Wednesday, January 27, 2010

Student Council - Wednesday 1/27

Tonight's Student Council meeting was predicted to go only ten minutes by Representative Paulson. It is never that easy with a Student Council, though.

First, a recap of all of the night's preceding can be found via the ASM press office.

Academic Affairs Chair Jonah Zinn proposed a piece of "legislation" (I put it in quotes because I really don't believe that ASM has the right to legislate) that mandates that ASM will join in the Haiti Relief efforts. Of course, there was hardly any debate about the act, but Finance Chair Beemsterboer did raise some interesting points about the place of ASM. My question is: is that something that should be mandated or is it really just implied since ASM has already started a Relief Day effort?

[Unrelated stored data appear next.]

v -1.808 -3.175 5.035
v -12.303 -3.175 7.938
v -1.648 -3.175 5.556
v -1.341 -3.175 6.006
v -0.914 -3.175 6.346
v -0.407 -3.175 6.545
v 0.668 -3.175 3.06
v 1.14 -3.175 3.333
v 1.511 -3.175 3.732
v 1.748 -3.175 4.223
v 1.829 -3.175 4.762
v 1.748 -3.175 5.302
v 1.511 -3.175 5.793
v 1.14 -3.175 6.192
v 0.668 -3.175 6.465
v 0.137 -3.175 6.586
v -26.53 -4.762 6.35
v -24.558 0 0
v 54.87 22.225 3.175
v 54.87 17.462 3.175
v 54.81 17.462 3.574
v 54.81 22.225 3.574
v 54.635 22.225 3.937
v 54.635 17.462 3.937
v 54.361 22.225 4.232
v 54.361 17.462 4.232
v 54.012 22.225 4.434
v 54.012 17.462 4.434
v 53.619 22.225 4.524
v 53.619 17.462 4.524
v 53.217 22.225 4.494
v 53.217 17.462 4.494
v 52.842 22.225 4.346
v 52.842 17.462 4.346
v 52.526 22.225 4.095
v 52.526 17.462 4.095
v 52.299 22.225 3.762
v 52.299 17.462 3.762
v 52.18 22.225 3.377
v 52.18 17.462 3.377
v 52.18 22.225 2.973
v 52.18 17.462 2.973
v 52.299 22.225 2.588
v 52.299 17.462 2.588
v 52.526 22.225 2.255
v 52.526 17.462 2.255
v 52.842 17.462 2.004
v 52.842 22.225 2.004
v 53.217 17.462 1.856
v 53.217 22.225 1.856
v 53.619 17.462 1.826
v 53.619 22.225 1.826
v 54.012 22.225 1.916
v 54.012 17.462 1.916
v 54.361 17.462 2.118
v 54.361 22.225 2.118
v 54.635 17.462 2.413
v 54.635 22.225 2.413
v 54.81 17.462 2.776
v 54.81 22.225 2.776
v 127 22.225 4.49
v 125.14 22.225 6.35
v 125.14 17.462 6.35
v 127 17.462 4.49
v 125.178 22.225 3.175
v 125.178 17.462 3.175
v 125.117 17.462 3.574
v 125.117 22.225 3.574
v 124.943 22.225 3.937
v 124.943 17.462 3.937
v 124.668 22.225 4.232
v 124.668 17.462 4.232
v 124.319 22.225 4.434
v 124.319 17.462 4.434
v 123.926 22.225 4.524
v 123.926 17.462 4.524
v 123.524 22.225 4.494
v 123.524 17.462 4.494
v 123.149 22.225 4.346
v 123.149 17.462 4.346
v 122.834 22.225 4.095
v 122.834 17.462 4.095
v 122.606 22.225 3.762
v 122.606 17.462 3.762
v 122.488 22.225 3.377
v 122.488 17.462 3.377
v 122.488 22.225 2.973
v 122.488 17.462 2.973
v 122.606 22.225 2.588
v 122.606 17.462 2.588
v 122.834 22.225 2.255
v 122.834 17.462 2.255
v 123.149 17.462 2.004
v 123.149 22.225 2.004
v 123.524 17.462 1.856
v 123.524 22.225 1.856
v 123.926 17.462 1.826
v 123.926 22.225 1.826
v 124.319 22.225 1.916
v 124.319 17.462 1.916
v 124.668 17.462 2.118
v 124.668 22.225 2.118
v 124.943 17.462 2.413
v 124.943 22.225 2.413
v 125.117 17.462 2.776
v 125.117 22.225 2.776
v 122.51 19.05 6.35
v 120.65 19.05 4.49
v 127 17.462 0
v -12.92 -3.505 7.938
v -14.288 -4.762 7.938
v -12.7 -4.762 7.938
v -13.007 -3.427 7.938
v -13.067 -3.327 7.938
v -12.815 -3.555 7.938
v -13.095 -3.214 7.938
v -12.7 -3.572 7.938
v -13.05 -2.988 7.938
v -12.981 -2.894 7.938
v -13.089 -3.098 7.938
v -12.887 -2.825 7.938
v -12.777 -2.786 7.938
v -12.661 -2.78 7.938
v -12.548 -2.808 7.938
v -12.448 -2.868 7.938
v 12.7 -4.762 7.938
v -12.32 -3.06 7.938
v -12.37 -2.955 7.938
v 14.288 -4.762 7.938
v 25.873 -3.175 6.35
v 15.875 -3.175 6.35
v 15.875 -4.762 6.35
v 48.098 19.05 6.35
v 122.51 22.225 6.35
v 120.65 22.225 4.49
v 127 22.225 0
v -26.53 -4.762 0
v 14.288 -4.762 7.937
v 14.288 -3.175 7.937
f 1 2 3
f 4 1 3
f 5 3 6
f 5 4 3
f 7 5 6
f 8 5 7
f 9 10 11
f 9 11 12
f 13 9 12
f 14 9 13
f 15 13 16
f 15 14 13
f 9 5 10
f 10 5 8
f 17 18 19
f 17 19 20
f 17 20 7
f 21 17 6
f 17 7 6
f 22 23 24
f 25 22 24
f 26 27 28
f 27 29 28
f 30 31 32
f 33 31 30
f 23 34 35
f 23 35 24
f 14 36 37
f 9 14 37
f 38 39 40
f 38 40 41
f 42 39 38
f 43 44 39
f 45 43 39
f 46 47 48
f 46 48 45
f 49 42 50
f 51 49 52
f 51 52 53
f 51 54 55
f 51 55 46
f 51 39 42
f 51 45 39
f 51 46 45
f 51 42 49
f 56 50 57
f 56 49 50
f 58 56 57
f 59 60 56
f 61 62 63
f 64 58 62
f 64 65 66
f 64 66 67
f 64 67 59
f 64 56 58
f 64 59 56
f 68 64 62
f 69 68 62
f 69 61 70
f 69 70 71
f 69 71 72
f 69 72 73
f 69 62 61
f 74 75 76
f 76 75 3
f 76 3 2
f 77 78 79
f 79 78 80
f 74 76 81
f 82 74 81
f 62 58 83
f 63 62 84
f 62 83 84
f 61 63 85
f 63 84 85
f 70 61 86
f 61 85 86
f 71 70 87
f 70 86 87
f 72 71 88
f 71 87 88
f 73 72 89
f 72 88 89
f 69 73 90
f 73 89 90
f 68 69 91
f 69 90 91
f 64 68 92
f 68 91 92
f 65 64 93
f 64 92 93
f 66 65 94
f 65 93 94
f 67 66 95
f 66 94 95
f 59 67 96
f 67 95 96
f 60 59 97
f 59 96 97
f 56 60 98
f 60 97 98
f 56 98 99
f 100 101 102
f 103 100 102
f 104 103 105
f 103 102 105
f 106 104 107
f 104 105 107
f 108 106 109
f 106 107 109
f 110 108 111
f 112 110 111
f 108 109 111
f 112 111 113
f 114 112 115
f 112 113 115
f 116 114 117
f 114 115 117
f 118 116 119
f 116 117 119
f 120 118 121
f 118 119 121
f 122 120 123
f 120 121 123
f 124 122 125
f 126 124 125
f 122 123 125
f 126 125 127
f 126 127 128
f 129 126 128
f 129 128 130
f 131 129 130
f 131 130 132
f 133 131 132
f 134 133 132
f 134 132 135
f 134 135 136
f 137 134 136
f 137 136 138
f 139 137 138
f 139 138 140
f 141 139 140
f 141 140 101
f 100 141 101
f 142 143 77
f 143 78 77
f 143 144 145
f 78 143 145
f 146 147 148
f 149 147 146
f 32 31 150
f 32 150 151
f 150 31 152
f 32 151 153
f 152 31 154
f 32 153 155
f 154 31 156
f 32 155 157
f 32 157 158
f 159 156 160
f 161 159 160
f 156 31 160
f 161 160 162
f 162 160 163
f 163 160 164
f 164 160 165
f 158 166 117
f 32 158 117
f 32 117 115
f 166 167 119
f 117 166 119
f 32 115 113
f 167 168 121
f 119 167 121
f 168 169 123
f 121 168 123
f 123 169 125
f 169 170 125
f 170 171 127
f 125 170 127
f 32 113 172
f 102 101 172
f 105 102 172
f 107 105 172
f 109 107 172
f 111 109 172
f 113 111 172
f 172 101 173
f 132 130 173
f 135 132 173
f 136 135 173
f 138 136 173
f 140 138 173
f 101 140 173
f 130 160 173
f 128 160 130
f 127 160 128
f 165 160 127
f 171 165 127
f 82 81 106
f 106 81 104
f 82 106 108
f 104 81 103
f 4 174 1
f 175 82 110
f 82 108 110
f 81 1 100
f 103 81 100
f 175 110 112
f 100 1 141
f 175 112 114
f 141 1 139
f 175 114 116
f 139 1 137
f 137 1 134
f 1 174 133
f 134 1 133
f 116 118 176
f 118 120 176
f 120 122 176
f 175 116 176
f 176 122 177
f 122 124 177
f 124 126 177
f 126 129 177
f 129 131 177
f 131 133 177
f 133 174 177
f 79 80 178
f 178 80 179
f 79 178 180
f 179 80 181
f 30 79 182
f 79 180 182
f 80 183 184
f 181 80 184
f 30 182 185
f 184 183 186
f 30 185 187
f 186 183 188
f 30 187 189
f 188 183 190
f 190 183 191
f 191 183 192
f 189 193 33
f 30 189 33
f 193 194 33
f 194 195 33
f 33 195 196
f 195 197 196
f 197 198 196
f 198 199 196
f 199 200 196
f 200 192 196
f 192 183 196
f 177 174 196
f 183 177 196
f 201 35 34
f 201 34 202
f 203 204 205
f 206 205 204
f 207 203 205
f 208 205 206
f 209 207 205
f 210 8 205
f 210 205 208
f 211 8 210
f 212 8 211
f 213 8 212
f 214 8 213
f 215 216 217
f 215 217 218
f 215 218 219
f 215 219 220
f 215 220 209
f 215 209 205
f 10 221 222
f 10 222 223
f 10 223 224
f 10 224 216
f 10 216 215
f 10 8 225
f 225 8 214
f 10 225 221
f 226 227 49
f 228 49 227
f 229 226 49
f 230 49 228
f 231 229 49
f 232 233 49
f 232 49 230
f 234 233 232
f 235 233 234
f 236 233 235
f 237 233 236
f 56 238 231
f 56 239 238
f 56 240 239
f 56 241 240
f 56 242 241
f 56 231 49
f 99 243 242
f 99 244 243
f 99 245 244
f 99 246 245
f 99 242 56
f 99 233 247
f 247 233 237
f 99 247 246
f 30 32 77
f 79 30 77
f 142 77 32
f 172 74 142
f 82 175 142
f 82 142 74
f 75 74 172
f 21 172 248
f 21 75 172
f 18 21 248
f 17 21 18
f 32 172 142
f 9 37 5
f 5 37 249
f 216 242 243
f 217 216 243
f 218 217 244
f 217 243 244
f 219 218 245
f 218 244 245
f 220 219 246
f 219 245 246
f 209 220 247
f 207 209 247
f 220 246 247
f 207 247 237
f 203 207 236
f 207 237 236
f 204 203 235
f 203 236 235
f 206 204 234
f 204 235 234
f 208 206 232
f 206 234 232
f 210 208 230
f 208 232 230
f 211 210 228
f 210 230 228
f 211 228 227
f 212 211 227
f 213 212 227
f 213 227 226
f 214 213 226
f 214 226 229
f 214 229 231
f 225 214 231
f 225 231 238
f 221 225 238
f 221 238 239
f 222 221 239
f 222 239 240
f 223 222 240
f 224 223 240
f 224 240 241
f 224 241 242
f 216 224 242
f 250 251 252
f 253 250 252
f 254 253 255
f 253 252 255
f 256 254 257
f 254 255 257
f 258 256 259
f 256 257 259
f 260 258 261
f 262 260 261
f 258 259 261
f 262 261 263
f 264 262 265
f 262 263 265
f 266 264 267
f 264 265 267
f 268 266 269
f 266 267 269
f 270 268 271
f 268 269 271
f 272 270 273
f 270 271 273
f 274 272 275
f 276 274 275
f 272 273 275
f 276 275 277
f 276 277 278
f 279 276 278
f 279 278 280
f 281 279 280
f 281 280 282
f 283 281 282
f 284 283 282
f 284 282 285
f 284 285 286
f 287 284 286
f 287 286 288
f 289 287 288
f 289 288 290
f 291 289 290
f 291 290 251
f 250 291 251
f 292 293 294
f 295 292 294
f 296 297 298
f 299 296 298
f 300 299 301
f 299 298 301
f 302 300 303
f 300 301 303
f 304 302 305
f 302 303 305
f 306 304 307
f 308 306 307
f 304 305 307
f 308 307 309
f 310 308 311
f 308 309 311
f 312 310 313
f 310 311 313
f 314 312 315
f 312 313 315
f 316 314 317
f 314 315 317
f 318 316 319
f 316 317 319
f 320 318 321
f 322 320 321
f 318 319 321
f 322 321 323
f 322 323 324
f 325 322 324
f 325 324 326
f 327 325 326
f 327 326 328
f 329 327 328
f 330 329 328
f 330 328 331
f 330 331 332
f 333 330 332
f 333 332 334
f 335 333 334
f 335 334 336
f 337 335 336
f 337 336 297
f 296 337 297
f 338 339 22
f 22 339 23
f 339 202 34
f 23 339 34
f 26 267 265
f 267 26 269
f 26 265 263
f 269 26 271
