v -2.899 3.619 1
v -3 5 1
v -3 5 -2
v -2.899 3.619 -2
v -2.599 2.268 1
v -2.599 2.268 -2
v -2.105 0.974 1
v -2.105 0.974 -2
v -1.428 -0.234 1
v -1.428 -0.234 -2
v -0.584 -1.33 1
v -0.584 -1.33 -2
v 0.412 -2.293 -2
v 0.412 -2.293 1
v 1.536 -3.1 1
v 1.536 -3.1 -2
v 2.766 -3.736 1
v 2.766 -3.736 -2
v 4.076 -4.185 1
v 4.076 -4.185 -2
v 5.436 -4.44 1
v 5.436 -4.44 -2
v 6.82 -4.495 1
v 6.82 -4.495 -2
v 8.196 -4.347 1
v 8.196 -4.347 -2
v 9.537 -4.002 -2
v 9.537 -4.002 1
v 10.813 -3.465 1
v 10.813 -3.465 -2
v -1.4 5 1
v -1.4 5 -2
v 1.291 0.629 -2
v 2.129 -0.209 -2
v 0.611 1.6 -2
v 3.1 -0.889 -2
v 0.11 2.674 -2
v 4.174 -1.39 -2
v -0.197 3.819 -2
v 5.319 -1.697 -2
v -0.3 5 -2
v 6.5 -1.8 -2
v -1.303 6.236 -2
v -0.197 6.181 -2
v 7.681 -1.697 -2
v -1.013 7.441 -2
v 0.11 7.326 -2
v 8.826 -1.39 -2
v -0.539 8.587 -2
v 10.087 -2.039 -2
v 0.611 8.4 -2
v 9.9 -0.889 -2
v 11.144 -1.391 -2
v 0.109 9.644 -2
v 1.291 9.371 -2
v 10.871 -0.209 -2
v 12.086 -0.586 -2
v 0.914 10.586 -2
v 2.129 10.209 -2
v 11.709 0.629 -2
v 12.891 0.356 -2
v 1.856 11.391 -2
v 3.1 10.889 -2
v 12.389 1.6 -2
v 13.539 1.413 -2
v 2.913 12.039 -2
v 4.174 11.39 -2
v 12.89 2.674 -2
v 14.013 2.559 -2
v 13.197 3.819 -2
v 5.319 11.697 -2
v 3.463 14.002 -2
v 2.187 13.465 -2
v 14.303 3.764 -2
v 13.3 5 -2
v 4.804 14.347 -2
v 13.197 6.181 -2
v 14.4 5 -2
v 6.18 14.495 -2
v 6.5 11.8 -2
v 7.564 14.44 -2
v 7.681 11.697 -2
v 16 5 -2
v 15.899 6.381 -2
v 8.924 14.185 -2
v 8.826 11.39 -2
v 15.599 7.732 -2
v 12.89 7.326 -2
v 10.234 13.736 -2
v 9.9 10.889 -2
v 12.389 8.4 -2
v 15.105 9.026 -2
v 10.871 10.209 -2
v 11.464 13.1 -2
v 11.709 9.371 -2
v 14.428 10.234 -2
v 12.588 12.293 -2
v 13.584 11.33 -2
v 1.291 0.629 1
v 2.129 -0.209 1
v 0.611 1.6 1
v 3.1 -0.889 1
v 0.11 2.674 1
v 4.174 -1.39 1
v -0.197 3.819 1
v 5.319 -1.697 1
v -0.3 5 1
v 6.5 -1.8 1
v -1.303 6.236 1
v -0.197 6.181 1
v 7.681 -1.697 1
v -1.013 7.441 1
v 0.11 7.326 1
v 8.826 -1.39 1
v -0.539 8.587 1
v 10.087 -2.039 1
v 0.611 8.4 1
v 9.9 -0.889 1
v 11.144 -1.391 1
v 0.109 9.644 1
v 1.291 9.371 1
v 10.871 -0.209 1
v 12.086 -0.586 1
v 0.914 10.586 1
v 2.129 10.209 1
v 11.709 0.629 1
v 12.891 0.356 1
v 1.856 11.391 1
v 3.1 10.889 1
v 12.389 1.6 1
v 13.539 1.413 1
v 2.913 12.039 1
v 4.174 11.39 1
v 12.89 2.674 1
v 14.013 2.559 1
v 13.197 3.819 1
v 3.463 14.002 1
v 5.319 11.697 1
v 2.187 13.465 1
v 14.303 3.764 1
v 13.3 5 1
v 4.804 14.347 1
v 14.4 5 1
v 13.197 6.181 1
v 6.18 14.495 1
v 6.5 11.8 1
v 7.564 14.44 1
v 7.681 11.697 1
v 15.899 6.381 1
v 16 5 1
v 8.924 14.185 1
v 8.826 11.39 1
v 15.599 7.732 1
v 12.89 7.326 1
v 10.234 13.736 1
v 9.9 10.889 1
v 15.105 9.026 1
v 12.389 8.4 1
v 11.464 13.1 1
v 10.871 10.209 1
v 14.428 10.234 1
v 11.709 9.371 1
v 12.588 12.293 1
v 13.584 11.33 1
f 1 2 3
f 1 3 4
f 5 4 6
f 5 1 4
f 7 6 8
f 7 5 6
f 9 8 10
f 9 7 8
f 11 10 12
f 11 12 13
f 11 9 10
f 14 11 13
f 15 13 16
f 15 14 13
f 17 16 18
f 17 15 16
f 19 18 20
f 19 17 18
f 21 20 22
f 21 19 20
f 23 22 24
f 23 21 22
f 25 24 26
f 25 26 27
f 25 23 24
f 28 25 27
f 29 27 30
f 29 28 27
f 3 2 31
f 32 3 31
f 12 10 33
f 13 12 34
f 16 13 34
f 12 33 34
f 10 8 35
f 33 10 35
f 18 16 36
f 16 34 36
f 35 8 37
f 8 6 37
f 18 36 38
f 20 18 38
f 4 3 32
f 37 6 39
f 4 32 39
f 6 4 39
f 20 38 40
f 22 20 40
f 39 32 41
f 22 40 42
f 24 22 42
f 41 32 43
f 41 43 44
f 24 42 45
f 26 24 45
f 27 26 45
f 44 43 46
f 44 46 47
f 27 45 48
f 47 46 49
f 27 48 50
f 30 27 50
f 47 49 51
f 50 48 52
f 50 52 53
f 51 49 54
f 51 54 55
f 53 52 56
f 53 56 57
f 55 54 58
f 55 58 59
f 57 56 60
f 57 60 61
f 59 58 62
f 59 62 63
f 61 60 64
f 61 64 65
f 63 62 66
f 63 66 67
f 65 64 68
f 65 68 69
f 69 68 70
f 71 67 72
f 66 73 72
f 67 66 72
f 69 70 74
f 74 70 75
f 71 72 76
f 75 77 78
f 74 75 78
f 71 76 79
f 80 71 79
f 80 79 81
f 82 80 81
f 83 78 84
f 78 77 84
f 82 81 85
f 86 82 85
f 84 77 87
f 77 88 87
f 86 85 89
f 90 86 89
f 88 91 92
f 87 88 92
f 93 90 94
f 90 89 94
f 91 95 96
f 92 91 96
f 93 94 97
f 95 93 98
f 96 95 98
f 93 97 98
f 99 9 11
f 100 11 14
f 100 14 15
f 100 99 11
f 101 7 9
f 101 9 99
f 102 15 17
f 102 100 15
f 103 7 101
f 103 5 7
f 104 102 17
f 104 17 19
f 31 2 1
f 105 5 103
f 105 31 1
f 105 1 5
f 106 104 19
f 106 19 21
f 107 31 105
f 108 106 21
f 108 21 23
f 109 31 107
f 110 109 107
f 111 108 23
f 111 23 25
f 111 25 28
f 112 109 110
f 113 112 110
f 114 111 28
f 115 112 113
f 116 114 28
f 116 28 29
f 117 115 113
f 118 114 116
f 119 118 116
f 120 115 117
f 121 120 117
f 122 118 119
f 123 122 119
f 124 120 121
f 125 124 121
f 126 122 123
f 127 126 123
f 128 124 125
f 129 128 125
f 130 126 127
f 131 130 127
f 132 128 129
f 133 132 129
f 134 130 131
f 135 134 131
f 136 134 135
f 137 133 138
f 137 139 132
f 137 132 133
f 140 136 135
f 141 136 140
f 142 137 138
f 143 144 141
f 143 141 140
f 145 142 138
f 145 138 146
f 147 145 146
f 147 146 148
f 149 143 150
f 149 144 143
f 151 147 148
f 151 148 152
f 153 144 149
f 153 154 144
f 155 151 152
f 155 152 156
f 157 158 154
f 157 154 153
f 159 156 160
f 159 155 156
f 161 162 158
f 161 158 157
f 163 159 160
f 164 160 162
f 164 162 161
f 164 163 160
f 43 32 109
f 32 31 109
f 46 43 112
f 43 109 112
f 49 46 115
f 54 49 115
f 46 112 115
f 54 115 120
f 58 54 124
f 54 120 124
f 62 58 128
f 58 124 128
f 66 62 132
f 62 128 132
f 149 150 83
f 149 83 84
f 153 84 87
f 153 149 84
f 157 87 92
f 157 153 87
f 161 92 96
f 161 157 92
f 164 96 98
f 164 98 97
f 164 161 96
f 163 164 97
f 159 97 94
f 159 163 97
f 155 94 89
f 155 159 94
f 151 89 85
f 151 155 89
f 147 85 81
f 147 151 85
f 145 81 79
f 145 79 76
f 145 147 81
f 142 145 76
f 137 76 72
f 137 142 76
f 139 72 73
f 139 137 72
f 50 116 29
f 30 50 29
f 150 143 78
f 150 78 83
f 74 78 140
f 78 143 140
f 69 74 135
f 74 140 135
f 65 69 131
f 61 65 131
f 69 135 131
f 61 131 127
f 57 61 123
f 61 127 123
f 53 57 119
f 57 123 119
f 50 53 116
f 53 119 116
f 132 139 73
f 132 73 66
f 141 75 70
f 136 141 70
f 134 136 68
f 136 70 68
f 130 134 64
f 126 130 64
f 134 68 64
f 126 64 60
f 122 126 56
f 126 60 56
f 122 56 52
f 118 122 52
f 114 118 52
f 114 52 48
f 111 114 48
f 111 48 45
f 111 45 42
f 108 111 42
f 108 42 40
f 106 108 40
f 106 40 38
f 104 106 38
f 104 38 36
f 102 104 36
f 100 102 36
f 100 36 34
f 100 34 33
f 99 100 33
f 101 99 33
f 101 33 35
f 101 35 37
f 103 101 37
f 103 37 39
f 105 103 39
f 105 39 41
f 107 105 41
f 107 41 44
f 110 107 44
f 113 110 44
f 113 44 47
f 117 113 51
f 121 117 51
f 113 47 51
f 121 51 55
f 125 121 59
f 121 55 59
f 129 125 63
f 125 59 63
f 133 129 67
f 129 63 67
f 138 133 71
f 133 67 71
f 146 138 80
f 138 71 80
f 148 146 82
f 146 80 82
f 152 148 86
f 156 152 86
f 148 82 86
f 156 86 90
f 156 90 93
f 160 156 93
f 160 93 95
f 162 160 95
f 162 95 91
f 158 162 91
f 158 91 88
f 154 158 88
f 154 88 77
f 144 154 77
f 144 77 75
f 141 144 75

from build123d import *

# Parameters (mm, degrees)
SKETCH009_R     = 9.5
PAD006_DEPTH    = 3
SKETCH010_R     = 6.8
POCKET003_DEPTH = 5
SKETCH013_W     = 1.6
SKETCH013_H     = 3
GROOVE_ANGLE    = -63
SKETCH014_W     = 1.6
SKETCH014_H     = 3
GROOVE001_ANGLE = -63


with BuildPart() as part:
    # Sketch009 → Pad006 (new body)
    with BuildSketch(Plane.XY.offset(1)):
        with Locations((6.5, 5)):
            Circle(SKETCH009_R)
    extrude(amount=-PAD006_DEPTH)

    # Sketch010 (on Face3 of Pad006) → Pocket003 (cut)
    with BuildSketch(Plane(origin=(0, 0, -2), x_dir=(1, 0, 0), z_dir=(0, 0, -1))):
        with Locations((6.5, -5)):
            Circle(SKETCH010_R)
    extrude(amount=-POCKET003_DEPTH, mode=Mode.SUBTRACT)

    # Sketch013 → Groove (revolve, cut)
    with BuildSketch(Plane(origin=(6.5, 5, 0), x_dir=(1, 0, 0), z_dir=(0, -1, 0))):
        with Locations((8.7, -0.5)):
            Rectangle(SKETCH013_W, SKETCH013_H)
    revolve(axis=Axis((6.5, 5, 0), (0, 0, 1)), revolution_arc=GROOVE_ANGLE, mode=Mode.SUBTRACT)

    # Sketch014 → Groove001 (revolve, cut)
    with BuildSketch(Plane(origin=(6.5, 5, 0), x_dir=(1, 0, 0), z_dir=(0, -1, 0))):
        with Locations((-8.7, -0.5)):
            Rectangle(SKETCH014_W, SKETCH014_H)
    revolve(axis=Axis((6.5, 5, 0), (0, 0, 1)), revolution_arc=GROOVE001_ANGLE, mode=Mode.SUBTRACT)


solid = part.part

Also, Tyler reminded the Council for the 50th time that he read 1400 pages of MIU proposals.

We wrapped up by 7:30, not ten minutes but still pretty impressive.

Tuesday, January 26, 2010

What's Going On?

Its the second week back, which means that its time to get back in the gear of things. Thus, here is your update of things going on in the campus community.

ASM, WISPIRG, and United Council of UW schools have teamed up for a Day of Action for Haiti. We will run the numbers on what it raises later on, but in the meantime, participate!

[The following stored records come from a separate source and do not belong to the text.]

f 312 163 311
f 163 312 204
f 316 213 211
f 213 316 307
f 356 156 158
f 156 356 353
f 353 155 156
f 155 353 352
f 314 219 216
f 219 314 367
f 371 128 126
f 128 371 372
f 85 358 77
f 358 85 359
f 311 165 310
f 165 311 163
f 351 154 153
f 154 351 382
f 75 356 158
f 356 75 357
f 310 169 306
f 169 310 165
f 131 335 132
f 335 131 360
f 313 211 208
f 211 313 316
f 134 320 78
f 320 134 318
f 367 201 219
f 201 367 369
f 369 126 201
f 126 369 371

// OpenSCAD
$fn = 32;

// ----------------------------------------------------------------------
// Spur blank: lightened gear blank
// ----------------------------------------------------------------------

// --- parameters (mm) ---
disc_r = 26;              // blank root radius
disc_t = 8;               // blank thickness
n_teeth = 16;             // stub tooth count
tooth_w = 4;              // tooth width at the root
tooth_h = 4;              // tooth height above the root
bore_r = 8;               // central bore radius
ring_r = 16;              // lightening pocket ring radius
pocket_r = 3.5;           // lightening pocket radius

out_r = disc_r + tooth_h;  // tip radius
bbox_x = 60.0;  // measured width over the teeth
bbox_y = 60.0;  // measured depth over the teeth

SSFC heard the ASM Internal Budget on Monday night. The debate will likely be contentious on Thursday, but the finalized results are yet to be seen. It will be interesting to watch this develop.

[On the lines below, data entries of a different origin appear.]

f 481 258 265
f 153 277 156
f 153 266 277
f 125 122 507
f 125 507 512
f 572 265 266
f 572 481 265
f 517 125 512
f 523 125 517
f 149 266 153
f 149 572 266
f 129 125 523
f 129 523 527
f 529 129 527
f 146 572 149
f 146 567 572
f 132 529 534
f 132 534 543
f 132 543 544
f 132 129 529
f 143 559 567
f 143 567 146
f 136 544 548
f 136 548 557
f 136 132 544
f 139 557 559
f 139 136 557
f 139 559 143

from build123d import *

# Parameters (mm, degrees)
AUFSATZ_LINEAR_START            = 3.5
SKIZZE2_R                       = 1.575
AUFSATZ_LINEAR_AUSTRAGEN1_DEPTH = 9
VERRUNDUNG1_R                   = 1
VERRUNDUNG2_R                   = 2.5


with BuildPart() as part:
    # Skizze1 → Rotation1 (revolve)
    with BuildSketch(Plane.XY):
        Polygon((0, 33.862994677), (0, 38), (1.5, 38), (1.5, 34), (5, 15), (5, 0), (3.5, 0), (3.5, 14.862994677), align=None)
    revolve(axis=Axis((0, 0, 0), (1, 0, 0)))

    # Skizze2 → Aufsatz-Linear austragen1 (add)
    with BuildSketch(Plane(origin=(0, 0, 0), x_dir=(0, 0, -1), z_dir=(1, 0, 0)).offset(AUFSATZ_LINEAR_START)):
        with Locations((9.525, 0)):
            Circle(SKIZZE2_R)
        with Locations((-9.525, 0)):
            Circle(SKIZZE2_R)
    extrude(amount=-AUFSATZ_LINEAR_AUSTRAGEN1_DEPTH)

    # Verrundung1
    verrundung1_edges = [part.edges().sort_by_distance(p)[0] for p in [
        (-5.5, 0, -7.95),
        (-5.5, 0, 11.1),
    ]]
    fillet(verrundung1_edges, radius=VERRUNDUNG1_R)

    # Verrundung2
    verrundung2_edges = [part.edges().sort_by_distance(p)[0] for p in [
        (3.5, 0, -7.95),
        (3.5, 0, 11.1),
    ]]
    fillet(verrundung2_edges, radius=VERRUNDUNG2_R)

Student Council meets tomorrow, and you can tune in here for updates as they come.

That's all for now. Happy Tuesday!

Madison, Comparatively

This past weekend, members of SSFC and I attended the second annual SUFAC Summit for the University of Wisconsin schools system. SUFAC, standing for Segregated University Fee Allocation Committee, is the technical term for SSFC and represents the official student allocation institution as delineated in University policies, and this conference represented the meeting of individual SUFACs to meet and discuss policies.

I won't bore you with the intricacies of other University SUFAC operations--nor will I explain the exceptional nerd-talk that develops when dozens of like-minding individuals get together and discuss seg fees--but I would like to expound on one fact that became excruciatingly obvious once the conference was underway. UW-Madison, comparatively, has by far the most complex (and arguably most powerful) SUFAC in the UW system. Save for maybe Milwaukee, Madison represents the only multi-faceted and highly refined system of allocating segregated fees; most other schools, no offense intended, operate similar to ASM's Finance Committee but likely allocate less.

Anecdotally, the evidence was all there. The dozens of questions for me from other Universities (one school even asked what Southworth was) and the raised eyebrows at our internal budget alone indicate that SSFC monetarily contributes more money via seg fees than any other school. (It is worth noting that UW-Madison has 40,000 students while some schools have less than 6000.) There is perhaps arguments to be made on the power and influence of individual SUFACs, but one fact remains unequivocally clear: UW-Madison's SSFC has more responsibilities dollar-wise than almost all committees in the UW system.